→ **TASK DESCRIPTION**
Print all of the data exactly as written.

→ **DATASET RECORDS**
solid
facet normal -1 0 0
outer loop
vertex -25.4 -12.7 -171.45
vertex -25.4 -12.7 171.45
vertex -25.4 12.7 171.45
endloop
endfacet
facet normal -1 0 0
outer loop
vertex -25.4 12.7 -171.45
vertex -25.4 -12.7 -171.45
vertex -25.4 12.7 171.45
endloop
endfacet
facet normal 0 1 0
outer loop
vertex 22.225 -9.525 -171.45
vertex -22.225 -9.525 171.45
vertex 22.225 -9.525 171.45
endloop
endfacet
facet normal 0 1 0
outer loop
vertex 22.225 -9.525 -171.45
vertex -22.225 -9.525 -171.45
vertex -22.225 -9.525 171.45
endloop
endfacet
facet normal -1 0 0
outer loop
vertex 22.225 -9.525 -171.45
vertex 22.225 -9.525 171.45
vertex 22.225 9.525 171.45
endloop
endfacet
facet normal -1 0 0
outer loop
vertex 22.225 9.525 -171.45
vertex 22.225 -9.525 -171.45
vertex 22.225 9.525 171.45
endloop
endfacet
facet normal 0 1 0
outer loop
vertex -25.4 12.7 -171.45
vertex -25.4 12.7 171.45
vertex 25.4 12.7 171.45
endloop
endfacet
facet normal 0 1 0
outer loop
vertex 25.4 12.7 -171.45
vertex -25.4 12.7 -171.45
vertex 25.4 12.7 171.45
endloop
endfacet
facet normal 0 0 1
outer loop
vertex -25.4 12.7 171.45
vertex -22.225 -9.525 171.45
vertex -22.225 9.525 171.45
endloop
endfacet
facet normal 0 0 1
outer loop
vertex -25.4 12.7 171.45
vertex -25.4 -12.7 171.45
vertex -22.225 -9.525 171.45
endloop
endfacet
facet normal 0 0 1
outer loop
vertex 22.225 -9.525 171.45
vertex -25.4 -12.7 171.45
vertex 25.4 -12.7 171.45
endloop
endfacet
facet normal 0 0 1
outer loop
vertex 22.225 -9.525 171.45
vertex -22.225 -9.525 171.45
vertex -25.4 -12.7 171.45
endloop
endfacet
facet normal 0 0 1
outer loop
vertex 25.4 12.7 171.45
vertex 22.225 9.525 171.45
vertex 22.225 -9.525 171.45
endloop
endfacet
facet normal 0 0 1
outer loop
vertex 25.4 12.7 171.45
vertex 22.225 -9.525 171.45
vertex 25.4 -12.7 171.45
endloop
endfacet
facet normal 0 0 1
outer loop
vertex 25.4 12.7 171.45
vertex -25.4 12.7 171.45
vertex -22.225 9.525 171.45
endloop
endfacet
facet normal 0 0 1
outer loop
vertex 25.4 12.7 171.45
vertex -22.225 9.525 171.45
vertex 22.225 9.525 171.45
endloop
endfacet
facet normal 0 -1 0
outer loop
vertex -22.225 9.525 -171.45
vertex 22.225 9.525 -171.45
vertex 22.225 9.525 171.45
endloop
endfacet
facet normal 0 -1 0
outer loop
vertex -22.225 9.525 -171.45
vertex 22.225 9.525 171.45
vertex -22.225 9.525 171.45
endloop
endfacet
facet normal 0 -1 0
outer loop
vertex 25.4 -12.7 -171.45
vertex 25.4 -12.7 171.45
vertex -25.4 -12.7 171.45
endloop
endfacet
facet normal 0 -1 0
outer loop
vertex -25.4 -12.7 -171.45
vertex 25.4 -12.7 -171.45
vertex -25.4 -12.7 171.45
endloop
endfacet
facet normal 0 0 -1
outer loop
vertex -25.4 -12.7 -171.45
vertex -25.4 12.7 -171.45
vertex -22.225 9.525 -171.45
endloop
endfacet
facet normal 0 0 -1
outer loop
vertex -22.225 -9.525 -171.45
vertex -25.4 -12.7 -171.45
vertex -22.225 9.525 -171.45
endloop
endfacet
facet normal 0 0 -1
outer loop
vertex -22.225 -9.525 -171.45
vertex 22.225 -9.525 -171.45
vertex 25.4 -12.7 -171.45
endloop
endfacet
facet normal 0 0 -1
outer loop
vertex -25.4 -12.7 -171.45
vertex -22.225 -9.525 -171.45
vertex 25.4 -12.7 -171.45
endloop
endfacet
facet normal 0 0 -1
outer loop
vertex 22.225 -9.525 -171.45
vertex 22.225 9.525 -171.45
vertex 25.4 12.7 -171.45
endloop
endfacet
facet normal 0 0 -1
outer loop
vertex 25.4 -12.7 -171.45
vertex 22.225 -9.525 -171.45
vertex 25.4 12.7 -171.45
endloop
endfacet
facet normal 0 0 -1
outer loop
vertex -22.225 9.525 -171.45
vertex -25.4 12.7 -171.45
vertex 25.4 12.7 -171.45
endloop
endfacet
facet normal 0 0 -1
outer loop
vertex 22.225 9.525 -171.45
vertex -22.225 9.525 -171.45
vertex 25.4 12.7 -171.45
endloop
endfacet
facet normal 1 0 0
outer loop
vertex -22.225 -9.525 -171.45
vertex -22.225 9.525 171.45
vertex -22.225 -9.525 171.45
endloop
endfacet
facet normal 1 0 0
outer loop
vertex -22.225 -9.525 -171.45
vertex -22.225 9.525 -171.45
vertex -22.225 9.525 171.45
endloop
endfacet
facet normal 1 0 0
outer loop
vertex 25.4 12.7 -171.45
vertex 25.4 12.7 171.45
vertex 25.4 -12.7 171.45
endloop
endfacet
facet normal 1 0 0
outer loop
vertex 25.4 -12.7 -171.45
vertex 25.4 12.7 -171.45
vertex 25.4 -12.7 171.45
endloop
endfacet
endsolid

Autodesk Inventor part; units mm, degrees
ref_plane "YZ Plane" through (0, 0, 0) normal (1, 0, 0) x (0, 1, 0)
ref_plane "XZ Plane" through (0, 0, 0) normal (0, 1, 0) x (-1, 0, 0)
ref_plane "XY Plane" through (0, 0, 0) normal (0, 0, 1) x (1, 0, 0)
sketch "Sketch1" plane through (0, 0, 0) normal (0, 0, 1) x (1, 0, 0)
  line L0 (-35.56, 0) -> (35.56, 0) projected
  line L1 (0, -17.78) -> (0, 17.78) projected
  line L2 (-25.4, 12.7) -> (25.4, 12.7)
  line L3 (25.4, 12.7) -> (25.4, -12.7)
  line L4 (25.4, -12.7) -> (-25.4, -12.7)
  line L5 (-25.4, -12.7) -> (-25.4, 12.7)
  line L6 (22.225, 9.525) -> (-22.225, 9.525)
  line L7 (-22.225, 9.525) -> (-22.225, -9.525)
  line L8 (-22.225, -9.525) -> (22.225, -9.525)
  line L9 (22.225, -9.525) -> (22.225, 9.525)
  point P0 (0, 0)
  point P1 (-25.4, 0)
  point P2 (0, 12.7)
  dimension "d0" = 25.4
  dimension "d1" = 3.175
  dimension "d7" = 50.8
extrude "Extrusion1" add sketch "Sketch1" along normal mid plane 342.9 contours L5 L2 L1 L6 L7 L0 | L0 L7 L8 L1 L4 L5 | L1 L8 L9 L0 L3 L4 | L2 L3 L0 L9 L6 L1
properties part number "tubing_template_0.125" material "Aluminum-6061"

→ **RESPONSE TO THIS TASK**
solid
facet normal -1 0 0
outer loop
vertex -25.4 -12.7 -171.45
vertex -25.4 -12.7 171.45
vertex -25.4 12.7 171.45
endloop
endfacet
facet normal -1 0 0
outer loop
vertex -25.4 12.7 -171.45
vertex -25.4 -12.7 -171.45
vertex -25.4 12.7 171.45
endloop
endfacet
facet normal 0 1 0
outer loop
vertex 22.225 -9.525 -171.45
vertex -22.225 -9.525 171.45
vertex 22.225 -9.525 171.45
endloop
endfacet
facet normal 0 1 0
outer loop
vertex 22.225 -9.525 -171.45
vertex -22.225 -9.525 -171.45
vertex -22.225 -9.525 171.45
endloop
endfacet
facet normal -1 0 0
outer loop
vertex 22.225 -9.525 -171.45
vertex 22.225 -9.525 171.45
vertex 22.225 9.525 171.45
endloop
endfacet
facet normal -1 0 0
outer loop
vertex 22.225 9.525 -171.45
vertex 22.225 -9.525 -171.45
vertex 22.225 9.525 171.45
endloop
endfacet
facet normal 0 1 0
outer loop
vertex -25.4 12.7 -171.45
vertex -25.4 12.7 171.45
vertex 25.4 12.7 171.45
endloop
endfacet
facet normal 0 1 0
outer loop
vertex 25.4 12.7 -171.45
vertex -25.4 12.7 -171.45
vertex 25.4 12.7 171.45
endloop
endfacet
facet normal 0 0 1
outer loop
vertex -25.4 12.7 171.45
vertex -22.225 -9.525 171.45
vertex -22.225 9.525 171.45
endloop
endfacet
facet normal 0 0 1
outer loop
vertex -25.4 12.7 171.45
vertex -25.4 -12.7 171.45
vertex -22.225 -9.525 171.45
endloop
endfacet
facet normal 0 0 1
outer loop
vertex 22.225 -9.525 171.45
vertex -25.4 -12.7 171.45
vertex 25.4 -12.7 171.45
endloop
endfacet
facet normal 0 0 1
outer loop
vertex 22.225 -9.525 171.45
vertex -22.225 -9.525 171.45
vertex -25.4 -12.7 171.45
endloop
endfacet
facet normal 0 0 1
outer loop
vertex 25.4 12.7 171.45
vertex 22.225 9.525 171.45
vertex 22.225 -9.525 171.45
endloop
endfacet
facet normal 0 0 1
outer loop
vertex 25.4 12.7 171.45
vertex 22.225 -9.525 171.45
vertex 25.4 -12.7 171.45
endloop
endfacet
facet normal 0 0 1
outer loop
vertex 25.4 12.7 171.45
vertex -25.4 12.7 171.45
vertex -22.225 9.525 171.45
endloop
endfacet
facet normal 0 0 1
outer loop
vertex 25.4 12.7 171.45
vertex -22.225 9.525 171.45
vertex 22.225 9.525 171.45
endloop
endfacet
facet normal 0 -1 0
outer loop
vertex -22.225 9.525 -171.45
vertex 22.225 9.525 -171.45
vertex 22.225 9.525 171.45
endloop
endfacet
facet normal 0 -1 0
outer loop
vertex -22.225 9.525 -171.45
vertex 22.225 9.525 171.45
vertex -22.225 9.525 171.45
endloop
endfacet
facet normal 0 -1 0
outer loop
vertex 25.4 -12.7 -171.45
vertex 25.4 -12.7 171.45
vertex -25.4 -12.7 171.45
endloop
endfacet
facet normal 0 -1 0
outer loop
vertex -25.4 -12.7 -171.45
vertex 25.4 -12.7 -171.45
vertex -25.4 -12.7 171.45
endloop
endfacet
facet normal 0 0 -1
outer loop
vertex -25.4 -12.7 -171.45
vertex -25.4 12.7 -171.45
vertex -22.225 9.525 -171.45
endloop
endfacet
facet normal 0 0 -1
outer loop
vertex -22.225 -9.525 -171.45
vertex -25.4 -12.7 -171.45
vertex -22.225 9.525 -171.45
endloop
endfacet
facet normal 0 0 -1
outer loop
vertex -22.225 -9.525 -171.45
vertex 22.225 -9.525 -171.45
vertex 25.4 -12.7 -171.45
endloop
endfacet
facet normal 0 0 -1
outer loop
vertex -25.4 -12.7 -171.45
vertex -22.225 -9.525 -171.45
vertex 25.4 -12.7 -171.45
endloop
endfacet
facet normal 0 0 -1
outer loop
vertex 22.225 -9.525 -171.45
vertex 22.225 9.525 -171.45
vertex 25.4 12.7 -171.45
endloop
endfacet
facet normal 0 0 -1
outer loop
vertex 25.4 -12.7 -171.45
vertex 22.225 -9.525 -171.45
vertex 25.4 12.7 -171.45
endloop
endfacet
facet normal 0 0 -1
outer loop
vertex -22.225 9.525 -171.45
vertex -25.4 12.7 -171.45
vertex 25.4 12.7 -171.45
endloop
endfacet
facet normal 0 0 -1
outer loop
vertex 22.225 9.525 -171.45
vertex -22.225 9.525 -171.45
vertex 25.4 12.7 -171.45
endloop
endfacet
facet normal 1 0 0
outer loop
vertex -22.225 -9.525 -171.45
vertex -22.225 9.525 171.45
vertex -22.225 -9.525 171.45
endloop
endfacet
facet normal 1 0 0
outer loop
vertex -22.225 -9.525 -171.45
vertex -22.225 9.525 -171.45
vertex -22.225 9.525 171.45
endloop
endfacet
facet normal 1 0 0
outer loop
vertex 25.4 12.7 -171.45
vertex 25.4 12.7 171.45
vertex 25.4 -12.7 171.45
endloop
endfacet
facet normal 1 0 0
outer loop
vertex 25.4 -12.7 -171.45
vertex 25.4 12.7 -171.45
vertex 25.4 -12.7 171.45
endloop
endfacet
endsolid

Autodesk Inventor part; units mm, degrees
ref_plane "YZ Plane" through (0, 0, 0) normal (1, 0, 0) x (0, 1, 0)
ref_plane "XZ Plane" through (0, 0, 0) normal (0, 1, 0) x (-1, 0, 0)
ref_plane "XY Plane" through (0, 0, 0) normal (0, 0, 1) x (1, 0, 0)
sketch "Sketch1" plane through (0, 0, 0) normal (0, 0, 1) x (1, 0, 0)
  line L0 (-35.56, 0) -> (35.56, 0) projected
  line L1 (0, -17.78) -> (0, 17.78) projected
  line L2 (-25.4, 12.7) -> (25.4, 12.7)
  line L3 (25.4, 12.7) -> (25.4, -12.7)
  line L4 (25.4, -12.7) -> (-25.4, -12.7)
  line L5 (-25.4, -12.7) -> (-25.4, 12.7)
  line L6 (22.225, 9.525) -> (-22.225, 9.525)
  line L7 (-22.225, 9.525) -> (-22.225, -9.525)
  line L8 (-22.225, -9.525) -> (22.225, -9.525)
  line L9 (22.225, -9.525) -> (22.225, 9.525)
  point P0 (0, 0)
  point P1 (-25.4, 0)
  point P2 (0, 12.7)
  dimension "d0" = 25.4
  dimension "d1" = 3.175
  dimension "d7" = 50.8
extrude "Extrusion1" add sketch "Sketch1" along normal mid plane 342.9 contours L5 L2 L1 L6 L7 L0 | L0 L7 L8 L1 L4 L5 | L1 L8 L9 L0 L3 L4 | L2 L3 L0 L9 L6 L1
properties part number "tubing_template_0.125" material "Aluminum-6061"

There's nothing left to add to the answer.